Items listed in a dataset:

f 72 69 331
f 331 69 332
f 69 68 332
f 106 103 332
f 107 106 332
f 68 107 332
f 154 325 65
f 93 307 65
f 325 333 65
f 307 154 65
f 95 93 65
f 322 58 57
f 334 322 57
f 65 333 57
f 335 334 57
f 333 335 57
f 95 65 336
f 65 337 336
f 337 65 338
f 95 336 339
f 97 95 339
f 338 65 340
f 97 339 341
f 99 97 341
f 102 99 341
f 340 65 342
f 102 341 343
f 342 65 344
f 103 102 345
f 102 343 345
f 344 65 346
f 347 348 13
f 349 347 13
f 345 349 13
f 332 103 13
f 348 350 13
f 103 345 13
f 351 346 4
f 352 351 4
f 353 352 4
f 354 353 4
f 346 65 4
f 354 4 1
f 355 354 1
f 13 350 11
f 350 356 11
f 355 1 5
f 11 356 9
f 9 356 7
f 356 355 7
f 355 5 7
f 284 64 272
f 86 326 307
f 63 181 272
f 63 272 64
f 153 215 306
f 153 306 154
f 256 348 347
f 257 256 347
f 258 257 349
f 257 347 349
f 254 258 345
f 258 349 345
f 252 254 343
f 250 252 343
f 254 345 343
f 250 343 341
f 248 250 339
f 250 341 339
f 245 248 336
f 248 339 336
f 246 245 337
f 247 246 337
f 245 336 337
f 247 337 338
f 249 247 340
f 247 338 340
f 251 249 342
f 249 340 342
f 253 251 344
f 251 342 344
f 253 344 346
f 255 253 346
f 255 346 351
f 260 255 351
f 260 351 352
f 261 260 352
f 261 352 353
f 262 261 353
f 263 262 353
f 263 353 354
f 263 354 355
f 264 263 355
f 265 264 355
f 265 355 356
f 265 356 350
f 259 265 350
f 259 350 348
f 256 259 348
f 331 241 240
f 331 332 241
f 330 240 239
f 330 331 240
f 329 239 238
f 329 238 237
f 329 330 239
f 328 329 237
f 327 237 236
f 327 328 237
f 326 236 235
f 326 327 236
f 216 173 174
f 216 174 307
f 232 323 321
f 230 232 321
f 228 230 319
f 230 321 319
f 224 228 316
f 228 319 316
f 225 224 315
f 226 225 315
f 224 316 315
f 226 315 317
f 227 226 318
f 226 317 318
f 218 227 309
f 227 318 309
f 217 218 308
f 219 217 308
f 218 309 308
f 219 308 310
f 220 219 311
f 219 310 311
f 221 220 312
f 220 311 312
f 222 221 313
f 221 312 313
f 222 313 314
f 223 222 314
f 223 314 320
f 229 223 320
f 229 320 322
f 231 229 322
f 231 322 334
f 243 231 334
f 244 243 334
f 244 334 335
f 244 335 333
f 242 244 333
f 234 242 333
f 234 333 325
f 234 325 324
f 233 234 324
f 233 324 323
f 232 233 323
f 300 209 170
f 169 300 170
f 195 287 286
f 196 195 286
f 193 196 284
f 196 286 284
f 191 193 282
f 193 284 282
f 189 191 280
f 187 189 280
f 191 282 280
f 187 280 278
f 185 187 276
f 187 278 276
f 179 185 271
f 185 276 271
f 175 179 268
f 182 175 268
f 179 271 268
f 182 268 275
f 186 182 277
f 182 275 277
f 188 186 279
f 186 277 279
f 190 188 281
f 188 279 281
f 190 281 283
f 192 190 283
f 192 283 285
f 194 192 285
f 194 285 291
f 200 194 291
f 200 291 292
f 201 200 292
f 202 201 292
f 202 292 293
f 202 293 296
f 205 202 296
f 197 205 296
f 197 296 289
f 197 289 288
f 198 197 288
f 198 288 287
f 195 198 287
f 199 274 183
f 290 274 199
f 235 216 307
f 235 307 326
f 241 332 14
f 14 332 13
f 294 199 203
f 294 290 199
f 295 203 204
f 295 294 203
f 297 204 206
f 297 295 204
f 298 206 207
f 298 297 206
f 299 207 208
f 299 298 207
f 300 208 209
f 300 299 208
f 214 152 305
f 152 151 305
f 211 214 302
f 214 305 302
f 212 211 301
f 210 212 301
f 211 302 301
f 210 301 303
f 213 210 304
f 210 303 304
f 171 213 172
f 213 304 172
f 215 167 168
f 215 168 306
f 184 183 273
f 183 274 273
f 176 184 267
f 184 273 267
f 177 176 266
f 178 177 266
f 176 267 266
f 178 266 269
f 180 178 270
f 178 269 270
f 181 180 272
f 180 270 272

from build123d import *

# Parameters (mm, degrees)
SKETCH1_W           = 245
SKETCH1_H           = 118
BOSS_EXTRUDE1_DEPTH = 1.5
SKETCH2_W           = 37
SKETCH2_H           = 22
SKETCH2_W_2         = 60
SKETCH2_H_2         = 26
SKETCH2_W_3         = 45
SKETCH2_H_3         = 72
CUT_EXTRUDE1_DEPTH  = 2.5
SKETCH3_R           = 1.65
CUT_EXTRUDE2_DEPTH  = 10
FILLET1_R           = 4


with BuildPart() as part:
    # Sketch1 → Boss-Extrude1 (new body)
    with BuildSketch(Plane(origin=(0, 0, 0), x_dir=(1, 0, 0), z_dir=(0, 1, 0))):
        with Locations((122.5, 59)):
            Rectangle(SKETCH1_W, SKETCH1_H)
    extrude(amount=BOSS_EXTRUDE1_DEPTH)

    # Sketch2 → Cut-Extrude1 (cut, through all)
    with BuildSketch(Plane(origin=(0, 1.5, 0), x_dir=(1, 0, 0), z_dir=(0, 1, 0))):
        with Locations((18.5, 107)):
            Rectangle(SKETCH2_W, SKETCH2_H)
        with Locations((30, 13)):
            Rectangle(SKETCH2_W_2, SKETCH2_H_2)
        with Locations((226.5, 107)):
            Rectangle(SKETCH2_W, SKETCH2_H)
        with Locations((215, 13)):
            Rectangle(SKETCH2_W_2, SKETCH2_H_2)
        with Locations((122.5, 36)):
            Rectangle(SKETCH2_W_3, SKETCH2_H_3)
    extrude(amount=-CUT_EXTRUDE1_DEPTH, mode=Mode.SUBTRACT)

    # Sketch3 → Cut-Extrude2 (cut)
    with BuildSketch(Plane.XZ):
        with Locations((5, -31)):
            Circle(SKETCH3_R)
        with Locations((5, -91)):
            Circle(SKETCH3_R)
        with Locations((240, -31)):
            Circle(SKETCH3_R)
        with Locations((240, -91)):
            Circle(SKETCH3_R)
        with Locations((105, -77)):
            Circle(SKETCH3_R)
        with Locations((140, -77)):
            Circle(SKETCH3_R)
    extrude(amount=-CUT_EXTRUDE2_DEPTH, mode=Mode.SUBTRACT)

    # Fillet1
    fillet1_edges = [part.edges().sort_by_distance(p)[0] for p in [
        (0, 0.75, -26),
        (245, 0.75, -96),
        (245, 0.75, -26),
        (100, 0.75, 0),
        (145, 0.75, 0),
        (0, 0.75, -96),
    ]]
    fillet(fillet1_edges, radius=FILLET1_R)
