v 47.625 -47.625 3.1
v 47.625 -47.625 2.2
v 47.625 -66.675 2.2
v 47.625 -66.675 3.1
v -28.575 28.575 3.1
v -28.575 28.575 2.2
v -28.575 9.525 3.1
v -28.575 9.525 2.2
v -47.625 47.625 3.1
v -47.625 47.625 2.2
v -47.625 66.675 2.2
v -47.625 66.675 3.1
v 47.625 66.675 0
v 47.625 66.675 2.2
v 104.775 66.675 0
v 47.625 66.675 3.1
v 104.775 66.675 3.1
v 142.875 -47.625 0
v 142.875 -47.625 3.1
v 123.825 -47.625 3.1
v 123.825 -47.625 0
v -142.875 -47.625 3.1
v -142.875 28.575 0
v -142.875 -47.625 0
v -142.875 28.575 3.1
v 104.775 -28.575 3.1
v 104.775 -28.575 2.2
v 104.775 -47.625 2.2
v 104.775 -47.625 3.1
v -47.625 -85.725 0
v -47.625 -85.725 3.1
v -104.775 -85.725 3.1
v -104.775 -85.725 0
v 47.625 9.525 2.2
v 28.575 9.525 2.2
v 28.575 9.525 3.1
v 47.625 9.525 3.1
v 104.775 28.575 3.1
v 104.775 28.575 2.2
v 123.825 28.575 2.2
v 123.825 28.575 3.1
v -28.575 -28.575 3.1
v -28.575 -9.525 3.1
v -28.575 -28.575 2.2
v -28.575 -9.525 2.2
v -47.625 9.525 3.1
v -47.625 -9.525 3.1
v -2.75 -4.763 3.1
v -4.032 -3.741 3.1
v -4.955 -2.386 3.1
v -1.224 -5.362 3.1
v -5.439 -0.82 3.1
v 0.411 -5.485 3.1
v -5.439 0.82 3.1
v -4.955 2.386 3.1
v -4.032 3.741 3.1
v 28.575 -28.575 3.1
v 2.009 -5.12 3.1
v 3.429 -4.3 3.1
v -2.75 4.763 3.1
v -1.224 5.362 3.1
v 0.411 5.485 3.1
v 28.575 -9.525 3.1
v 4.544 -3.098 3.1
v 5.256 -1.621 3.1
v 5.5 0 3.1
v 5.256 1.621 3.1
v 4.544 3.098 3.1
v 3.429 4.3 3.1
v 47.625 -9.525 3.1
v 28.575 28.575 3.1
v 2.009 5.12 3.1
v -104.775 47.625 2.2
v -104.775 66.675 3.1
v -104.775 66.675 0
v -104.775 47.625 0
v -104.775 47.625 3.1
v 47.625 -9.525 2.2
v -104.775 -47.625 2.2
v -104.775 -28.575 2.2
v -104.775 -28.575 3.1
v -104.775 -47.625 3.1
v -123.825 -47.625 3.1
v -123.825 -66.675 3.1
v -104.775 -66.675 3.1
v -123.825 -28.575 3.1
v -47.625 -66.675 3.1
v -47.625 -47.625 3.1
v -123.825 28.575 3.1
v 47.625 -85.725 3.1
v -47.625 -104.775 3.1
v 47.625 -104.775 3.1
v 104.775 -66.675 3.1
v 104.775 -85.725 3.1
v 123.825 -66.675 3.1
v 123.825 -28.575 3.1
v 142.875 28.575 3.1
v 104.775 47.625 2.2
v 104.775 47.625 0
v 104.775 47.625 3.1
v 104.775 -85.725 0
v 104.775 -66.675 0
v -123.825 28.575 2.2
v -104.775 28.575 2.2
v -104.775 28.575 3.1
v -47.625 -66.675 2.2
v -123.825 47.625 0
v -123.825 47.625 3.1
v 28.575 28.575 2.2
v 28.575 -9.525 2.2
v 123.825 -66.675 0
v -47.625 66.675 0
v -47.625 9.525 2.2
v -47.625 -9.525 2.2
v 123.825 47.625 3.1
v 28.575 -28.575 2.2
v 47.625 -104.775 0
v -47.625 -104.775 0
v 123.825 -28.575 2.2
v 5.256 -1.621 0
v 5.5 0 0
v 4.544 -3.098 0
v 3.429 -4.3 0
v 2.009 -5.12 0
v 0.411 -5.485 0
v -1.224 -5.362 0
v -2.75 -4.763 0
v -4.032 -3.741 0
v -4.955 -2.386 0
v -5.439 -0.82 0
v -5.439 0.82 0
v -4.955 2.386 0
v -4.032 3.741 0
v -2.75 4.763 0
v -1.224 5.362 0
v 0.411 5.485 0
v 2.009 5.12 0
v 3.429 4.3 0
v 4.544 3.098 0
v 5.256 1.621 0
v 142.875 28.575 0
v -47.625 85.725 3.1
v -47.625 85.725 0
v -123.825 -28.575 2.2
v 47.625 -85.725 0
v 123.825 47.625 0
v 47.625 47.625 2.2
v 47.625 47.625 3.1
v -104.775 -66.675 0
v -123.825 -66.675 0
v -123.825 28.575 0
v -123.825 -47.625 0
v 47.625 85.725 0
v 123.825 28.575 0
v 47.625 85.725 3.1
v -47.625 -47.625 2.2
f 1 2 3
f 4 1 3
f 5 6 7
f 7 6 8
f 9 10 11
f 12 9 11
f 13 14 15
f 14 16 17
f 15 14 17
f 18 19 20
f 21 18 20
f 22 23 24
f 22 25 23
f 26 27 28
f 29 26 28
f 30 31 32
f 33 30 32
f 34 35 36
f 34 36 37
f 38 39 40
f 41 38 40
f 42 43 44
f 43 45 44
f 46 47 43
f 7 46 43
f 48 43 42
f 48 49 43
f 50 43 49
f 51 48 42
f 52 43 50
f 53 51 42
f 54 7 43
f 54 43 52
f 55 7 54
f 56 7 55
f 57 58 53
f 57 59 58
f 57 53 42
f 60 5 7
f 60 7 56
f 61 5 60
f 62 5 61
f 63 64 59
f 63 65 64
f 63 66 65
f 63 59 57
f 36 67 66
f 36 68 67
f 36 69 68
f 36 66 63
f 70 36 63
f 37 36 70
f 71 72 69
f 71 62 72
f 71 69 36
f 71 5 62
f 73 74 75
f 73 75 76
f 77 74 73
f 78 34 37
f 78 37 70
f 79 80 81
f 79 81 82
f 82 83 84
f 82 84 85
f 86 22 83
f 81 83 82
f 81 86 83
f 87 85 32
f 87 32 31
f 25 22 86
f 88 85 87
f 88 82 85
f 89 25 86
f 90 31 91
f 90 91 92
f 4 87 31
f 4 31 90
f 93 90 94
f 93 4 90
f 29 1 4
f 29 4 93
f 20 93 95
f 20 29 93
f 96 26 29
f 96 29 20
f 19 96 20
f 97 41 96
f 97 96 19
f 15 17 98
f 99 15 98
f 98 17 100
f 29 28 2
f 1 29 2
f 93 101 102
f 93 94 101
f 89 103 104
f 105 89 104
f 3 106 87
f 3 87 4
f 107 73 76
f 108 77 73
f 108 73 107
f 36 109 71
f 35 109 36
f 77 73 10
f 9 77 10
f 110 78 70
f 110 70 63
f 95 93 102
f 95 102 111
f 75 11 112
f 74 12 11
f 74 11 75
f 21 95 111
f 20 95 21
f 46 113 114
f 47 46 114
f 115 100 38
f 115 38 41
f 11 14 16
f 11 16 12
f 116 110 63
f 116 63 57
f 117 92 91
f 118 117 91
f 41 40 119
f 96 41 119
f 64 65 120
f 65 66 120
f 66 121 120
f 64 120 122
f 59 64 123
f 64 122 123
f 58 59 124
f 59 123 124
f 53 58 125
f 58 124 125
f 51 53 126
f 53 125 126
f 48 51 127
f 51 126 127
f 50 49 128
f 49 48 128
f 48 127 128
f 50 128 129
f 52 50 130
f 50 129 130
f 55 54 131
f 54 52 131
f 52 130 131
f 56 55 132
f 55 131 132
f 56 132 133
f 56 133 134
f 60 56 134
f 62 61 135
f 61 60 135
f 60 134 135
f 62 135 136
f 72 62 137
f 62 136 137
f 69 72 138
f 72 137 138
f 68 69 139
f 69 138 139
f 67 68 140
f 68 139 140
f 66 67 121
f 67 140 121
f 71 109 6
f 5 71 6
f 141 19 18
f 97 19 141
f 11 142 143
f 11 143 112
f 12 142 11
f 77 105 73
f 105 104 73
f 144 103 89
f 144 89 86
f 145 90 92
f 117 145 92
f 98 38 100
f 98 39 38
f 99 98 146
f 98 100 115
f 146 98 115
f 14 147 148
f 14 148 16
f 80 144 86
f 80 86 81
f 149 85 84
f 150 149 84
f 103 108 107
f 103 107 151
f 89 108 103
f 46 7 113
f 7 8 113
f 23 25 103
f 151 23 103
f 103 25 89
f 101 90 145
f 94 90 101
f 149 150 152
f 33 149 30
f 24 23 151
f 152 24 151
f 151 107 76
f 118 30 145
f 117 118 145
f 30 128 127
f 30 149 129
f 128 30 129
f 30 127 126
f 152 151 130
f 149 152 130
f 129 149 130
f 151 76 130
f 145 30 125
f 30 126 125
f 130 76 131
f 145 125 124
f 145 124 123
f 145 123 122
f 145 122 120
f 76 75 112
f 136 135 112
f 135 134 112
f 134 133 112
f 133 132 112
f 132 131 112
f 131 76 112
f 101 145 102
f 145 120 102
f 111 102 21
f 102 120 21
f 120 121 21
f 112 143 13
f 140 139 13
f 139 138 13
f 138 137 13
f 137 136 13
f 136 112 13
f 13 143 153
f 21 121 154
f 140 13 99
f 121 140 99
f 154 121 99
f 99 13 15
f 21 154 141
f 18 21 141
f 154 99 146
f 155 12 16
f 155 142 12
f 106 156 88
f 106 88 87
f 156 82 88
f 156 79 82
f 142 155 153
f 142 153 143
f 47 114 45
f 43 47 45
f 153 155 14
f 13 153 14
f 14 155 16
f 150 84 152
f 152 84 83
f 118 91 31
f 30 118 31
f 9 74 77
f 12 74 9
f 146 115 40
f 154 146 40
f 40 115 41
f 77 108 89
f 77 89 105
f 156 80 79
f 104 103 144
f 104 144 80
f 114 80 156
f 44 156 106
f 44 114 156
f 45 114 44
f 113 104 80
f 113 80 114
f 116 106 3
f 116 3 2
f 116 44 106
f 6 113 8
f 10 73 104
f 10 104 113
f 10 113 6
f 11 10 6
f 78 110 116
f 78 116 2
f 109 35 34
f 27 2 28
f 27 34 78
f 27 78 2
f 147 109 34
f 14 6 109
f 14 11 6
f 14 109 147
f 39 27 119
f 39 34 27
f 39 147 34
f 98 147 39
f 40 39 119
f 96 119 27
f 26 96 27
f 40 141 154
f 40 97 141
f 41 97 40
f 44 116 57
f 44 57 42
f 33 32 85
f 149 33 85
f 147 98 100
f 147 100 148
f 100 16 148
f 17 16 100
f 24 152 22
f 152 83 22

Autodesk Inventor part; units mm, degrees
ref_plane "YZ Plane" through (0, 0, 0) normal (1, 0, 0) x (0, 1, 0)
ref_plane "XZ Plane" through (0, 0, 0) normal (0, 1, 0) x (-1, 0, 0)
ref_plane "XY Plane" through (0, 0, 0) normal (0, 0, 1) x (1, 0, 0)
sketch "Sketch1" plane through (0, 0, 0) normal (0, 0, 1) x (1, 0, 0)
  circle A0 centre (0, 0) radius 152.4
  circle A1 centre (0, 0) radius 5.5
  dimension "d0" = 304.8
  dimension "d1" = 11
extrude "Extrusion1" add sketch "Sketch1" along normal blind 2.2
fillet "Fillet1" radius 1.1 2 edges at (-152.4, 0, 0) (-152.4, 0, 2.2)
sketch "Sketch2" plane through (0, 0, 2.2) normal (0, 0, 1) x (1, 0, 0)
  line L0 (206.2137, 42.4617) -> (289.822, 42.4617) construction
  line L1 (289.822, 42.4617) -> (289.822, -13.3654) construction
  line L2 (289.822, -13.3654) -> (206.2137, -13.3654) construction
  line L3 (206.2137, -13.3654) -> (206.2137, 42.4617) construction
  line L4 (9.525, 9.525) -> (-9.525, 9.525)
  line L5 (-9.525, 9.525) -> (-9.525, -9.525)
  line L6 (-9.525, -9.525) -> (9.525, -9.525)
  line L7 (9.525, -9.525) -> (9.525, 9.525)
  line L8 (-123.825, 28.575) -> (-104.775, 28.575)
  line L9 (-85.725, 28.575) -> (-66.675, 28.575)
  line L10 (-85.725, 28.575) -> (-104.775, 28.575)
  line L11 (-9.525, 28.575) -> (-28.575, 28.575)
  line L12 (-47.625, 28.575) -> (-28.575, 28.575)
  line L13 (-47.625, 28.575) -> (-66.675, 28.575)
  line L14 (-9.525, 9.525) -> (-9.525, 28.575)
  line L15 (-9.525, 28.575) -> (9.525, 28.575)
  line L16 (9.525, 28.575) -> (9.525, 9.525)
  line L17 (-9.525, -28.575) -> (-9.525, -9.525)
  line L18 (9.525, -9.525) -> (9.525, -28.575)
  line L19 (-123.825, -47.625) -> (-142.875, -47.625)
  line L20 (-123.825, -47.625) -> (-104.775, -47.625)
  line L21 (-85.725, -47.625) -> (-104.775, -47.625)
  line L22 (-85.725, -47.625) -> (-66.675, -47.625)
  line L23 (-47.625, -47.625) -> (-66.675, -47.625)
  line L24 (-47.625, -47.625) -> (-28.575, -47.625)
  line L25 (-9.525, -47.625) -> (-28.575, -47.625)
  line L26 (-9.525, -28.575) -> (-9.525, -47.625)
  line L27 (9.525, -47.625) -> (9.525, -28.575)
  line L28 (142.875, 28.575) -> (123.825, 28.575)
  line L29 (104.775, 28.575) -> (123.825, 28.575)
  line L30 (104.775, 28.575) -> (85.725, 28.575)
  line L31 (66.675, 28.575) -> (85.725, 28.575)
  line L32 (66.675, 28.575) -> (47.625, 28.575)
  line L33 (28.575, 28.575) -> (47.625, 28.575)
  line L34 (28.575, 28.575) -> (9.525, 28.575)
  line L35 (104.775, -47.625) -> (123.825, -47.625)
  line L36 (104.775, -47.625) -> (85.725, -47.625)
  line L37 (142.875, -47.625) -> (123.825, -47.625)
  line L38 (66.675, -47.625) -> (85.725, -47.625)
  line L39 (66.675, -47.625) -> (47.625, -47.625)
  line L40 (28.575, -47.625) -> (47.625, -47.625)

→ About this exercise
Look above for the line with "f 13 350 11" and the line with "f 217 218 308". Retype those two lines and every line between them exactly, adding nothing.

→ Completed task
f 13 350 11
f 350 356 11
f 355 1 5
f 11 356 9
f 9 356 7
f 356 355 7
f 355 5 7
f 284 64 272
f 86 326 307
f 63 181 272
f 63 272 64
f 153 215 306
f 153 306 154
f 256 348 347
f 257 256 347
f 258 257 349
f 257 347 349
f 254 258 345
f 258 349 345
f 252 254 343
f 250 252 343
f 254 345 343
f 250 343 341
f 248 250 339
f 250 341 339
f 245 248 336
f 248 339 336
f 246 245 337
f 247 246 337
f 245 336 337
f 247 337 338
f 249 247 340
f 247 338 340
f 251 249 342
f 249 340 342
f 253 251 344
f 251 342 344
f 253 344 346
f 255 253 346
f 255 346 351
f 260 255 351
f 260 351 352
f 261 260 352
f 261 352 353
f 262 261 353
f 263 262 353
f 263 353 354
f 263 354 355
f 264 263 355
f 265 264 355
f 265 355 356
f 265 356 350
f 259 265 350
f 259 350 348
f 256 259 348
f 331 241 240
f 331 332 241
f 330 240 239
f 330 331 240
f 329 239 238
f 329 238 237
f 329 330 239
f 328 329 237
f 327 237 236
f 327 328 237
f 326 236 235
f 326 327 236
f 216 173 174
f 216 174 307
f 232 323 321
f 230 232 321
f 228 230 319
f 230 321 319
f 224 228 316
f 228 319 316
f 225 224 315
f 226 225 315
f 224 316 315
f 226 315 317
f 227 226 318
f 226 317 318
f 218 227 309
f 227 318 309
f 217 218 308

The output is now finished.